*Assignment*:
Keep only the lines of the data below that contain "print", and copy them.

Collected data entries:
· · · · · · ·
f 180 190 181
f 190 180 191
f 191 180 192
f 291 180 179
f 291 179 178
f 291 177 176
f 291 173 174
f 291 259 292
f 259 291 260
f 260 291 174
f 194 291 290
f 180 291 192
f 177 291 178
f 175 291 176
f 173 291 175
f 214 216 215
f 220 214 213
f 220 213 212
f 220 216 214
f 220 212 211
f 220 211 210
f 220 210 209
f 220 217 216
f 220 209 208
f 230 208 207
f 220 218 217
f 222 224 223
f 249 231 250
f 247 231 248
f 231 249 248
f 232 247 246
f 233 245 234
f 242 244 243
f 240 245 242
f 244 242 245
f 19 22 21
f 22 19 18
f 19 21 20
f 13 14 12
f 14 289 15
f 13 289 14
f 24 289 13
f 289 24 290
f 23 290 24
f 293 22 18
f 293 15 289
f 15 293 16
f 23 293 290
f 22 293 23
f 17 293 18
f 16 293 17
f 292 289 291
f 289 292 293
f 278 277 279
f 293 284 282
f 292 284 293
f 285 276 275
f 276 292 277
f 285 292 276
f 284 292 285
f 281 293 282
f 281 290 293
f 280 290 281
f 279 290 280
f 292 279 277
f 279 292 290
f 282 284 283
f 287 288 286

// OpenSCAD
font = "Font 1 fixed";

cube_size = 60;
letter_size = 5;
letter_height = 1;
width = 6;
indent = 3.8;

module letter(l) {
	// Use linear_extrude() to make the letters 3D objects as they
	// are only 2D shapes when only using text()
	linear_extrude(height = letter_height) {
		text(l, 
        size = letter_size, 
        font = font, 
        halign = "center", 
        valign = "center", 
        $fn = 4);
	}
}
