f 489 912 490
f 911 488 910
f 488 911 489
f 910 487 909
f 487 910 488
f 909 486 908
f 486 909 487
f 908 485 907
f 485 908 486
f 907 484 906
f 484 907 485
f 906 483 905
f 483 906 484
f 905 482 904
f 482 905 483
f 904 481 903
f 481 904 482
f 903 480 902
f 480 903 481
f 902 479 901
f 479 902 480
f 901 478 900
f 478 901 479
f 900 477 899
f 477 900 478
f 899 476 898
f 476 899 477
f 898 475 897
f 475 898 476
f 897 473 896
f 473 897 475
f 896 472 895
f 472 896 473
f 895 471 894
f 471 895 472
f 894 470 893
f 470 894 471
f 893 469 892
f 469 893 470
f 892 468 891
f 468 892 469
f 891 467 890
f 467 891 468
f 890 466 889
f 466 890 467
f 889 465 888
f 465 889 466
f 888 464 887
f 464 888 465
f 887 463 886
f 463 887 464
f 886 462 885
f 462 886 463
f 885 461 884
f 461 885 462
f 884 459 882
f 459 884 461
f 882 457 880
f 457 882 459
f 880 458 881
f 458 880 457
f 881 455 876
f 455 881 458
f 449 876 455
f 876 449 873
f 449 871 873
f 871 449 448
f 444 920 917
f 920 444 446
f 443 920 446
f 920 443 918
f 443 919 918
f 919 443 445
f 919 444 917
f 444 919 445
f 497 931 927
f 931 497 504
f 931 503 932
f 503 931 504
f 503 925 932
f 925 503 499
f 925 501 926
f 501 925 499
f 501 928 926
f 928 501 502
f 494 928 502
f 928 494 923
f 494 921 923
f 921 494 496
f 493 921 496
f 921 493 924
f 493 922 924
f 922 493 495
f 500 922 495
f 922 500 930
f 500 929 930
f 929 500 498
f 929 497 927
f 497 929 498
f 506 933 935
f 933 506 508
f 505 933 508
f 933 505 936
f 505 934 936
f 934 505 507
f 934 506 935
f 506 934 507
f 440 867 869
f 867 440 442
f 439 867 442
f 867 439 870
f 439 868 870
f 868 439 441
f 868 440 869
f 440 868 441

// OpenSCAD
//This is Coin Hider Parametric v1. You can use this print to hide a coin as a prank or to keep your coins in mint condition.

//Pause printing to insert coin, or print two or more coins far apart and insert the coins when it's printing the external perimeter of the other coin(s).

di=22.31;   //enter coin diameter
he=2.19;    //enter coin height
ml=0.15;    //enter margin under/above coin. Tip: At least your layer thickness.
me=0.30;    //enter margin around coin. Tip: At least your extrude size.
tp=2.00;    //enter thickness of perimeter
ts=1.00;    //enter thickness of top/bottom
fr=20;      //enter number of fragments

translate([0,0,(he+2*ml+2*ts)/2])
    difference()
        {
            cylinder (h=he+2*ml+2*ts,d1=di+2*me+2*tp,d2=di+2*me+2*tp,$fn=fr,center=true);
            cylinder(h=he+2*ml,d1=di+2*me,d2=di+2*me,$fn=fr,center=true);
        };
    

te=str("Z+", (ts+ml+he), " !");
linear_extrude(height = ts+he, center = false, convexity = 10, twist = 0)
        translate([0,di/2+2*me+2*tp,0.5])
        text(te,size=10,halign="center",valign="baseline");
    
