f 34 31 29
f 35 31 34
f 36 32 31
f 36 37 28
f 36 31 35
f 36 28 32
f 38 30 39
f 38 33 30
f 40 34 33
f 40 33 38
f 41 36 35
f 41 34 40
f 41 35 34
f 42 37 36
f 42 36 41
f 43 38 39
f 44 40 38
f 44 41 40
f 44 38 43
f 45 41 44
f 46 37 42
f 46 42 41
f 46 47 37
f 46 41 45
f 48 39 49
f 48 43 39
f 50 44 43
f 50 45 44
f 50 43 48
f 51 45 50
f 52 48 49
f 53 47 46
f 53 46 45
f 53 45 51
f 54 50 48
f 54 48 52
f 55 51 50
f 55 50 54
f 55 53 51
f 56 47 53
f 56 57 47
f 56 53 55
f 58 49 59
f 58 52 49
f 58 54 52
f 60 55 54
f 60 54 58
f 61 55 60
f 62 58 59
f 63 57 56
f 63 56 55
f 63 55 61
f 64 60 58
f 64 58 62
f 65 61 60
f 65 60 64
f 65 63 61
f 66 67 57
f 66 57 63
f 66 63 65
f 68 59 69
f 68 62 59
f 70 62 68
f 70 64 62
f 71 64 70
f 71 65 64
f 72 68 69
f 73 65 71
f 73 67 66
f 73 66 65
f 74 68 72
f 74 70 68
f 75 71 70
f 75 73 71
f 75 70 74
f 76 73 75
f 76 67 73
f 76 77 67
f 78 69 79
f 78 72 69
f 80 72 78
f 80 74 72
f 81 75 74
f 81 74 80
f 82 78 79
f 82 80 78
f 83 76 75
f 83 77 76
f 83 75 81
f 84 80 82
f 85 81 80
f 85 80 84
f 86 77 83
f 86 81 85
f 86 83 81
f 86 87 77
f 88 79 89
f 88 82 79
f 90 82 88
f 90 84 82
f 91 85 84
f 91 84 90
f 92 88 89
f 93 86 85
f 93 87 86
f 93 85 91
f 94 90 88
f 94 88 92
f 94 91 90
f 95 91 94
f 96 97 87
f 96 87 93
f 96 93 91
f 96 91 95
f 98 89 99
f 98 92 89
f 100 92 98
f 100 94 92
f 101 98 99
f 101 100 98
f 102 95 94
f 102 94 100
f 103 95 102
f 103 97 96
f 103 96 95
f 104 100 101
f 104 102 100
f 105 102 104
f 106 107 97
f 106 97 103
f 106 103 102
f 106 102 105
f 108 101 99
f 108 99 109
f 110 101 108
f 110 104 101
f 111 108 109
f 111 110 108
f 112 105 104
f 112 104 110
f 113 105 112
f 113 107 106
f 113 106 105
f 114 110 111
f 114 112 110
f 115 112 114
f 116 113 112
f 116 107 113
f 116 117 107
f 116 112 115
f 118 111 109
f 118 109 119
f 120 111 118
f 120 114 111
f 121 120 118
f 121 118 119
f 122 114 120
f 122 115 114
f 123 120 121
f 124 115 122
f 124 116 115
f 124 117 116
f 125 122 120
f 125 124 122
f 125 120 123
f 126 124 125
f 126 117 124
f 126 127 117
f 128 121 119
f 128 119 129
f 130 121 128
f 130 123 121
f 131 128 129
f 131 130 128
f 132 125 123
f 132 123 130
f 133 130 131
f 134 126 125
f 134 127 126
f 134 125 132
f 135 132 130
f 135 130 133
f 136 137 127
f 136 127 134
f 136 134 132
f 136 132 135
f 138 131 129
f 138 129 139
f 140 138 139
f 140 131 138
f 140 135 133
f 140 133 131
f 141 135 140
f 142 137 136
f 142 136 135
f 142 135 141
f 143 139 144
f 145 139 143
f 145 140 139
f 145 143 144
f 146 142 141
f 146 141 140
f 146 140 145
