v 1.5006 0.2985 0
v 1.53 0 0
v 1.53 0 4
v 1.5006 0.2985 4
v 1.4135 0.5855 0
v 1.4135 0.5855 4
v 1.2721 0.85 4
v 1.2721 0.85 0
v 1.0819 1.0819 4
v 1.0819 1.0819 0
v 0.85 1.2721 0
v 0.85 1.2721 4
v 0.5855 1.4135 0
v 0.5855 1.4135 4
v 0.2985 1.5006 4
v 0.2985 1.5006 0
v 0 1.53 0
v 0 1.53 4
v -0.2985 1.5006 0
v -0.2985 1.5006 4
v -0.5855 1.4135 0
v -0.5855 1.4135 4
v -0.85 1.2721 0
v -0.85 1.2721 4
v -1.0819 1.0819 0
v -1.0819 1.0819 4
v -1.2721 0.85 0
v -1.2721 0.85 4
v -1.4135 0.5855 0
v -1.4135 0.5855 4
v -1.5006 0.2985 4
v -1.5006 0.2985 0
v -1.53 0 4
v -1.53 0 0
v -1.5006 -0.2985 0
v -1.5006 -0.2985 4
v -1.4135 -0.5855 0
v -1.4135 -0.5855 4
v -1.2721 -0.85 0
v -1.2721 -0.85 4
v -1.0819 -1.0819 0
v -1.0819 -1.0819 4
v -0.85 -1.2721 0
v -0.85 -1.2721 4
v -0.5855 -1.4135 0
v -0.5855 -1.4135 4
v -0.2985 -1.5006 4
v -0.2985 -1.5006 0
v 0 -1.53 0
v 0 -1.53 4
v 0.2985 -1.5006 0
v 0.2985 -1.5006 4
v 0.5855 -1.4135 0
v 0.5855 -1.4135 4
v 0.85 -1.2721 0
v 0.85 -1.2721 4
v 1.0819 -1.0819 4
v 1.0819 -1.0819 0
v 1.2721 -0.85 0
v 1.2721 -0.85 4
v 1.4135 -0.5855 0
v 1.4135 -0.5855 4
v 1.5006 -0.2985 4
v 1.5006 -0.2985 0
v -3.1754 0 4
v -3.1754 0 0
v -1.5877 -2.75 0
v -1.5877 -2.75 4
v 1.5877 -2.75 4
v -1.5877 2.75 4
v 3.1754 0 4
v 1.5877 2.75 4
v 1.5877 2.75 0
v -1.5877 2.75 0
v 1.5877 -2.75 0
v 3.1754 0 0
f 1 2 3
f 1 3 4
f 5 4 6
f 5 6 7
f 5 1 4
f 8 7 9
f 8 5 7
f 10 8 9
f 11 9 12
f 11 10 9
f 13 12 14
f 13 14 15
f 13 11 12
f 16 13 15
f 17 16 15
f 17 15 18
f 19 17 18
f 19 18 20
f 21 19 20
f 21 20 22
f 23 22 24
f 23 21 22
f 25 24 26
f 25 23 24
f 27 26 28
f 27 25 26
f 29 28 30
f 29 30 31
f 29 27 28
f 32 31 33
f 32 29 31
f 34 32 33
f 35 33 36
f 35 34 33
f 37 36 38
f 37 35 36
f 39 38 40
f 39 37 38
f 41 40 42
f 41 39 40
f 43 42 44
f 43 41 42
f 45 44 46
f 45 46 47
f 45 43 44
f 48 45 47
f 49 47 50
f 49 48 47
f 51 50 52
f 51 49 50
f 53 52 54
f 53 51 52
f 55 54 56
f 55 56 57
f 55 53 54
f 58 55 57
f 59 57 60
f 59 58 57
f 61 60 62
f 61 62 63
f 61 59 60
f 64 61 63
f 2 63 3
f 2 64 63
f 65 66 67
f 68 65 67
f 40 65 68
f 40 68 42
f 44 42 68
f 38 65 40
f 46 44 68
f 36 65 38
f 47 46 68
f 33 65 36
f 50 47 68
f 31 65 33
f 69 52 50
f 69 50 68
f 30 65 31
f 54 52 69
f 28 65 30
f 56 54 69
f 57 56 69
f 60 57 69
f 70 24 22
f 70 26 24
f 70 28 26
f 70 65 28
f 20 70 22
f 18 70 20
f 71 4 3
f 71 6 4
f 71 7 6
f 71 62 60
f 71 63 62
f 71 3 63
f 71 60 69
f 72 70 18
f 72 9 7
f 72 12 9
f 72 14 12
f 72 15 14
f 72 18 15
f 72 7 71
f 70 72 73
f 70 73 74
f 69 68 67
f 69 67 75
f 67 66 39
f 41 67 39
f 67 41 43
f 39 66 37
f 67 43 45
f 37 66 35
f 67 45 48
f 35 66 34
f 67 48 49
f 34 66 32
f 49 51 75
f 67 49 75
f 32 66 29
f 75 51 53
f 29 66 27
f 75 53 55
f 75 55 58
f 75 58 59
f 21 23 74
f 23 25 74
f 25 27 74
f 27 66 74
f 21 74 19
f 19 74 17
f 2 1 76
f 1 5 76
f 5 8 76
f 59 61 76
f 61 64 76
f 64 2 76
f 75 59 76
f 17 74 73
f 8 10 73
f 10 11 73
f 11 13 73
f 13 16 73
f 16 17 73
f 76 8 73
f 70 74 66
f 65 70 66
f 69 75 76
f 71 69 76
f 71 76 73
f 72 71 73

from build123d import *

# Parameters (mm, degrees)
S01_HEXAGON_AND_NOMINAL_THREAD_ENVELOP_R       = 1.53
F_01_HEXAGON_AND_NOMINAL_THREAD_ENVELOPE_DEPTH = 4


with BuildPart() as part:
    # S01 - Hexagon and nominal thread envelope → 01 - Hexagon and nominal thread envelope (new body)
    with BuildSketch(Plane.XY):
        Polygon((3.175426481, 0), (1.58771324, 2.75), (-1.58771324, 2.75), (-3.175426481, 0), (-1.58771324, -2.75), (1.58771324, -2.75), align=None)
        Circle(S01_HEXAGON_AND_NOMINAL_THREAD_ENVELOP_R, mode=Mode.SUBTRACT)
    extrude(amount=F_01_HEXAGON_AND_NOMINAL_THREAD_ENVELOPE_DEPTH)


solid = part.part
· · · · · · ·
*Written response*:
//This is Coin Hider Parametric v1. You can use this print to hide a coin as a prank or to keep your coins in mint condition.
//Pause printing to insert coin, or print two or more coins far apart and insert the coins when it's printing the external perimeter of the other coin(s).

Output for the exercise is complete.